Today marks one week since my last day with a full time job. I felt a pressure all of a sudden that I had to quit and go game dev. No more wasting time.
I’d say one week as an indie game developer, but that title doesn’t feel quite right before completing at least one game independently. Shouldn’t be much longer.
Before I left my previous employer, I was spending nights working on Bad Bones, losing sleep, time with my girlfriend, and feeling increasingly frustrated by how difficult it was to fit my passions into my life.
Bad Bones is a concept I like a lot. One that bears many of my feelings and thoughts on games, but it also represents a great deal of compromise. The hardest lesson I’ve had to learn is to effectively compromise my ideas. It’s hard because I’ve spent years teaching myself not to compromise. Too many artists are too willing to compromise and their work gets so diluted by the suggestions of others that eventually it’s tasteless. They take the scratchy, misshapen materials of their identity and sand down all the rough edges with what’s popular, what’s easy, what pays, or what some committee of peers finds palatable. All the sharp, rusty edges are gone and you get a nice, round blob. Nothing to poke anybody. God forbid you make something with meaning because somebody might be offended by it, or think its too artsy, too preachy. Every amorphous blob just tickles fancies and rolls away, disappears.
I don’t have to worry about any committees anymore. I’m okay money-wise with my savings, but that’ll end before long. So pay is on my mind.

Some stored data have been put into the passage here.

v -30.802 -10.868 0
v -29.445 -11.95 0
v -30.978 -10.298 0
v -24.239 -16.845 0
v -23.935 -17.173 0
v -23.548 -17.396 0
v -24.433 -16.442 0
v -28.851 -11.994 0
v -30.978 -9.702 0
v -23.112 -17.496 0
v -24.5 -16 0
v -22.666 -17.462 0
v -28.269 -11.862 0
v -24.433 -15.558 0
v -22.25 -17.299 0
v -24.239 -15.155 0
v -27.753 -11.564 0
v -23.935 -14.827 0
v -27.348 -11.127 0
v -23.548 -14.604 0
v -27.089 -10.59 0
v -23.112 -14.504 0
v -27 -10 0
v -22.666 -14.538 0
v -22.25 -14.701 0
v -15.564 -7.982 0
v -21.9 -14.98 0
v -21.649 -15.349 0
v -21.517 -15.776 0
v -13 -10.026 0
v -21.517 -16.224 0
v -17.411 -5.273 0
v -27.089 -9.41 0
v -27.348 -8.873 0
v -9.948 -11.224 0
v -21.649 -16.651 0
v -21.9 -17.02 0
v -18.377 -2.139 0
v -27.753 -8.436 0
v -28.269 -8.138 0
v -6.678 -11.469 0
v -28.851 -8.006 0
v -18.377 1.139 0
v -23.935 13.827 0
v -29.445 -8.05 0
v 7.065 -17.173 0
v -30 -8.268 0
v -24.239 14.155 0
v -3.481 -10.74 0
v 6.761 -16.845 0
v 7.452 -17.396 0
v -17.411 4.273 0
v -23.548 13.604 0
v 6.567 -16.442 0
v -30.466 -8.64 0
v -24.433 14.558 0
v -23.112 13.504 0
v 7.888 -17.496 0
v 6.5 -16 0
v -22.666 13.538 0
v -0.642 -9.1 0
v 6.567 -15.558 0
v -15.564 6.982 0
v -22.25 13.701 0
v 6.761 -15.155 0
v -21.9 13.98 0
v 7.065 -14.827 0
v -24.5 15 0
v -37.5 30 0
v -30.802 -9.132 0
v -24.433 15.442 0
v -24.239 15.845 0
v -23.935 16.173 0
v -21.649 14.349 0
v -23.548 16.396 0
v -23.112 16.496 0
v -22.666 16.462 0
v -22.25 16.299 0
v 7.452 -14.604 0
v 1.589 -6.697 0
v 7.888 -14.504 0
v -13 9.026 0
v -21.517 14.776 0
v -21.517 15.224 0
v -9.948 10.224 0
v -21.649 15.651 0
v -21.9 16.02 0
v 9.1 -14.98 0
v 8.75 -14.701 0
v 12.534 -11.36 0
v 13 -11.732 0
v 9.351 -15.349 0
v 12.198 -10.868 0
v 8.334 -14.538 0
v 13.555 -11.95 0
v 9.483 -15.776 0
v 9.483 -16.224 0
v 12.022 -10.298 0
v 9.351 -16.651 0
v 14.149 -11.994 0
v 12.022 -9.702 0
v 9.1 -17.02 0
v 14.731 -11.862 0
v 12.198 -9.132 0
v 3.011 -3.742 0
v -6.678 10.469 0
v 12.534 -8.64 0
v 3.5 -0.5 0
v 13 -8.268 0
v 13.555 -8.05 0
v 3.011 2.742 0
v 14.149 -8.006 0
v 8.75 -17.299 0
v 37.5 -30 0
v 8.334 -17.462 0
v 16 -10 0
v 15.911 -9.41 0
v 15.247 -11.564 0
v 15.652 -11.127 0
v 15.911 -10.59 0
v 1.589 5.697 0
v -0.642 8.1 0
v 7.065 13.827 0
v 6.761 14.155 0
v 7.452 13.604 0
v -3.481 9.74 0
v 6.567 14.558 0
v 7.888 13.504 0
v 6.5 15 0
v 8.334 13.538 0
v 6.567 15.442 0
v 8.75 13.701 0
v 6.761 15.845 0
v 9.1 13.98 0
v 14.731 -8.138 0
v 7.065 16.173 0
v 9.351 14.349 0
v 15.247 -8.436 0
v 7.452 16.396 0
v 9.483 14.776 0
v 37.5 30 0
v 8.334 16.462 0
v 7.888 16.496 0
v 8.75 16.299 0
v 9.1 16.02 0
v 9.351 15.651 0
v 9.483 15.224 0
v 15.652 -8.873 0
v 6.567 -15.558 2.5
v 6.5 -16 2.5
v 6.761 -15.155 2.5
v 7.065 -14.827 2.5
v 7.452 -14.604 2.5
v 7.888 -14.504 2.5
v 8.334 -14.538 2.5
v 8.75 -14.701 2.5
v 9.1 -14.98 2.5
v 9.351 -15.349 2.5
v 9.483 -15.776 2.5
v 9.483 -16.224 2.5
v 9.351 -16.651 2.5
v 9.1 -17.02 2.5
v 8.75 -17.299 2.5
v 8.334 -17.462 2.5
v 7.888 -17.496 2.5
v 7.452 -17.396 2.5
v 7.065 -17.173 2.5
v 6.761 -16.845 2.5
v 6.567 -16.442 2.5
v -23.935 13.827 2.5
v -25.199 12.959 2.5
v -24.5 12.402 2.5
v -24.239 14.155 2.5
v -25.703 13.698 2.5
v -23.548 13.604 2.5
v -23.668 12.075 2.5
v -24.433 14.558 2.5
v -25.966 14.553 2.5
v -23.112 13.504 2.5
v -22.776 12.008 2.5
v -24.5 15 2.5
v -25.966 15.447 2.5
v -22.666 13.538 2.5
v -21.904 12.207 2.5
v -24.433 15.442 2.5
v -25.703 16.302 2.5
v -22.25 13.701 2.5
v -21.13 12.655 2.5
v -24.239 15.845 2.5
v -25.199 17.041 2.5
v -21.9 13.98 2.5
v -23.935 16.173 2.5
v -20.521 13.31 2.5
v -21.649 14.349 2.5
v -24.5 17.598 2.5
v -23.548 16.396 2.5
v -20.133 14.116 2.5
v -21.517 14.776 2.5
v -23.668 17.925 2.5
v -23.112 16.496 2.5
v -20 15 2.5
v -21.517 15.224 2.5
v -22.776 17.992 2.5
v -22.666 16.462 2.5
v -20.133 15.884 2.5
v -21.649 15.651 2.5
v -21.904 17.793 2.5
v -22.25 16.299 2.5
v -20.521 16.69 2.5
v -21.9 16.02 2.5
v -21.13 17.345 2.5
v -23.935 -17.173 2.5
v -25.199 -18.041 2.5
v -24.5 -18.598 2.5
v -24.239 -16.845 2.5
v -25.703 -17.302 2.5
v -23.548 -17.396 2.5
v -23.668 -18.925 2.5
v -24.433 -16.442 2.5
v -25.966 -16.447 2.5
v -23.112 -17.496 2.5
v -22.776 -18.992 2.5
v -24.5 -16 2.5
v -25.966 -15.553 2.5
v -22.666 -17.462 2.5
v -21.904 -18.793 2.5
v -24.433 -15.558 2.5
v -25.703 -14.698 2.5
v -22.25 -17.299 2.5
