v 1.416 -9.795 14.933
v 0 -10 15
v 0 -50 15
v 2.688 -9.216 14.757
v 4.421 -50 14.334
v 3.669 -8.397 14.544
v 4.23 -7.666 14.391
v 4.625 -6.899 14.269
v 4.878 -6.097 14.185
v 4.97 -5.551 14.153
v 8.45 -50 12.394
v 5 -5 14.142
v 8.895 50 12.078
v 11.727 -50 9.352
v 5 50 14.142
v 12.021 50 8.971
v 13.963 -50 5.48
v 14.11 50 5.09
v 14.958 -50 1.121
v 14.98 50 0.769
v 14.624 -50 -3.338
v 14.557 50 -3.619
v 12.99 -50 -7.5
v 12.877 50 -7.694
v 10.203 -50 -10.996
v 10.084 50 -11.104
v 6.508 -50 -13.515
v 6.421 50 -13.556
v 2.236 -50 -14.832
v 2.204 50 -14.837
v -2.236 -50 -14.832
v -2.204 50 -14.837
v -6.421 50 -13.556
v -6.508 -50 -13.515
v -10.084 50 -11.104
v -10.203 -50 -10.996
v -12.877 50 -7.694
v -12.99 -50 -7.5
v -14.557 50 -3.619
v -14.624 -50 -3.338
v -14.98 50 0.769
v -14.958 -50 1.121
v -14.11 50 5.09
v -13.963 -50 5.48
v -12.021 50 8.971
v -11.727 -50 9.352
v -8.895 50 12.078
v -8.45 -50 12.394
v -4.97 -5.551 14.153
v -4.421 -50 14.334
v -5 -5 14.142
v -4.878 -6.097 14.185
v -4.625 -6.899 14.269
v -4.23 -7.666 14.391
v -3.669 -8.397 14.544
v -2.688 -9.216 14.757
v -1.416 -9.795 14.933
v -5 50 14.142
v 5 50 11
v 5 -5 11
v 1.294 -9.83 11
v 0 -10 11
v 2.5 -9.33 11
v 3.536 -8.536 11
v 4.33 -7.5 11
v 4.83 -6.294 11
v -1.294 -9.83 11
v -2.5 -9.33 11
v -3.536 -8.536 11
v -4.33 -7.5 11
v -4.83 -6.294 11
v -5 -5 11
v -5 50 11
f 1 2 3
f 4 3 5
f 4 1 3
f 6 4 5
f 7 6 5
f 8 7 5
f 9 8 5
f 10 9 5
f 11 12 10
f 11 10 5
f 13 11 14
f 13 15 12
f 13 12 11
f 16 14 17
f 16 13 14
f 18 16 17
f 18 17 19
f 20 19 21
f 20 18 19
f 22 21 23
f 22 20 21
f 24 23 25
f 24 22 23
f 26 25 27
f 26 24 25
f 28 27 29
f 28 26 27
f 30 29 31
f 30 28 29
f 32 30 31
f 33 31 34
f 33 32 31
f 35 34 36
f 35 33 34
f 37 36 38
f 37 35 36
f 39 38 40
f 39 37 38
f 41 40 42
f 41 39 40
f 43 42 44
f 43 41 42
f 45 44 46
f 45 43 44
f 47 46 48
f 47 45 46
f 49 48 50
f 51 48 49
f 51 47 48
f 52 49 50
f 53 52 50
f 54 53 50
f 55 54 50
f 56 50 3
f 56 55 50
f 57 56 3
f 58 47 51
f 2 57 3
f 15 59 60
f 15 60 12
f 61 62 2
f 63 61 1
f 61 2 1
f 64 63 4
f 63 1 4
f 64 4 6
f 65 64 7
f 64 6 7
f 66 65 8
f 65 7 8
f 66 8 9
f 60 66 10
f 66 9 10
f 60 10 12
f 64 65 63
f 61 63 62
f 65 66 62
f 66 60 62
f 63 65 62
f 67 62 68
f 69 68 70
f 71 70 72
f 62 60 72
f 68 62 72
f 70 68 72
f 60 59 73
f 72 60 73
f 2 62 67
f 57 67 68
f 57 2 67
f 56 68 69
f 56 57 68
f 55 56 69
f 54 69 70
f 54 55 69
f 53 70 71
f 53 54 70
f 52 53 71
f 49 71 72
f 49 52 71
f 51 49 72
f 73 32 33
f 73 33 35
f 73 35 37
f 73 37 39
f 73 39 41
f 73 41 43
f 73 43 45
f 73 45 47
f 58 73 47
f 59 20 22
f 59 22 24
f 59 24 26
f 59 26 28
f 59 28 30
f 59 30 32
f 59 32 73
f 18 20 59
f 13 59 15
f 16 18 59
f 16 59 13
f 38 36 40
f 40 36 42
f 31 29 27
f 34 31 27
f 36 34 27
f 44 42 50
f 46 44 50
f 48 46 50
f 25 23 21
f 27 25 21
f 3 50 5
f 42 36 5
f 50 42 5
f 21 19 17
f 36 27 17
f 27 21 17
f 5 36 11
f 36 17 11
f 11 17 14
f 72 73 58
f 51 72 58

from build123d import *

# Parameters (mm, degrees)
SKETCH2_R           = 15
BOSS_EXTRUDE1_DEPTH = 50
SKETCH3_W           = 10
SKETCH3_H           = 8
CUT_EXTRUDE1_DEPTH  = 60
FILLET1_R           = 5


with BuildPart() as part:
    # Sketch2 → Boss-Extrude1 (new, symmetric)
    with BuildSketch(Plane(origin=(0, 0, 0), x_dir=(-1, 0, 0), z_dir=(0, 1, 0))):
        with Locations(Location((0, 0, 0), (0, 0, 90))):
            Circle(SKETCH2_R)
    extrude(amount=BOSS_EXTRUDE1_DEPTH, both=True)

    # Sketch3 → Cut-Extrude1 (cut)
    with BuildSketch(Plane(origin=(0, 50, 0), x_dir=(-1, 0, 0), z_dir=(0, 1, 0))):
        with Locations((0, 15)):
            Rectangle(SKETCH3_W, SKETCH3_H)
    extrude(amount=-CUT_EXTRUDE1_DEPTH, mode=Mode.SUBTRACT)

    # Fillet1
    fillet1_edges = [part.edges().sort_by_distance(p)[0] for p in [
        (5, -10, 12.571067812),
        (-5, -10, 12.571067812),
    ]]
    fillet(fillet1_edges, radius=FILLET1_R - 0.0001)  # a hair under: the kernel refuses the full size


solid = part.part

Monetizing games is a big deal these days with DRM dropping dead, microtransactions and subscriptions on the rise, Free2Play and so on. I’m keeping my fingers crossed hoping that selling a good product at a fair price is enough to cover rent. It’s all up in the air. Getting paid weighs as heavily as the work I’ve dreamed up that I can’t expect to earn me anything. And if I can get paid for what’s easy, that’s a temptation.
I thought about putting ‘temptation’ somewhere in the title of this post because I’ve only been on my own a week and that’s what I feel. It’s tempting to toss any sense of responsibility and burn up my savings working on whatever I want to work on. And it’s tempting to take a job with good pay (more than a lot of people can expect) and do secure work for years that I don’t need to give a damn about. It’s even tempting to pump out a string of crappy flash games, fill them with ads and build up a cash flow selling to every casual gaming site on the internet. Or to get some sponsors and spend my days skinning games for the new Maxi-Pads website or any number of toys looking for an online face. But instead of taking those, I’m sticking with limbo.
Offshore of nine to five, and surrounded by boatloads of freelancers, sponsored work, and full-bellied tower-defense developers, it is hard to dog-paddle without a number entering my mind that represents how long I think I’ve got until I’m treading water. That number is sitting down on my forehead, trying to suck up my stare. Make me cross-eyed. Weighs down on my nose, trying to flatten out the bend in my bridge. I’ve got a big nose. My nose is weird and I can’t breath right through it–never have. But I don’t need a damn number grinding the corner out of it. Smoothing my face out until I’m a big round idiot.
I’m trying an experiment. After IGCW, I put Bad Bones on hold to work on a small project. The idea is try to make a decent game as quickly as possible and sell it on FlashGameLicense. Try to form a development pipeline that can allow for quick, profitable games to supplement the larger, riskier projects like Bad Bones. My rough schedule is 1 week for 1 game. I’ve lost some time on a few things this week, but I’m doing okay. Not sure what I’ll have exactly by the end of this weekend, but I am doing okay. If this doesn’t work out, I guess it’s back to the drawing board. But that’s okay.
Don’t get me wrong about all this. If it’s not this pressure to find a pay-check it’s the pressure I felt before to be independent, doing good work that I believed in. There’s an element of madness in each one of those and each one will eventually drive you crazy if you let them. But there’s a chance here that I can kill both of these damn birds with one stone. I’ve got to give it a try.
It’s alright. I do my best work after throwing myself to the lion’s den.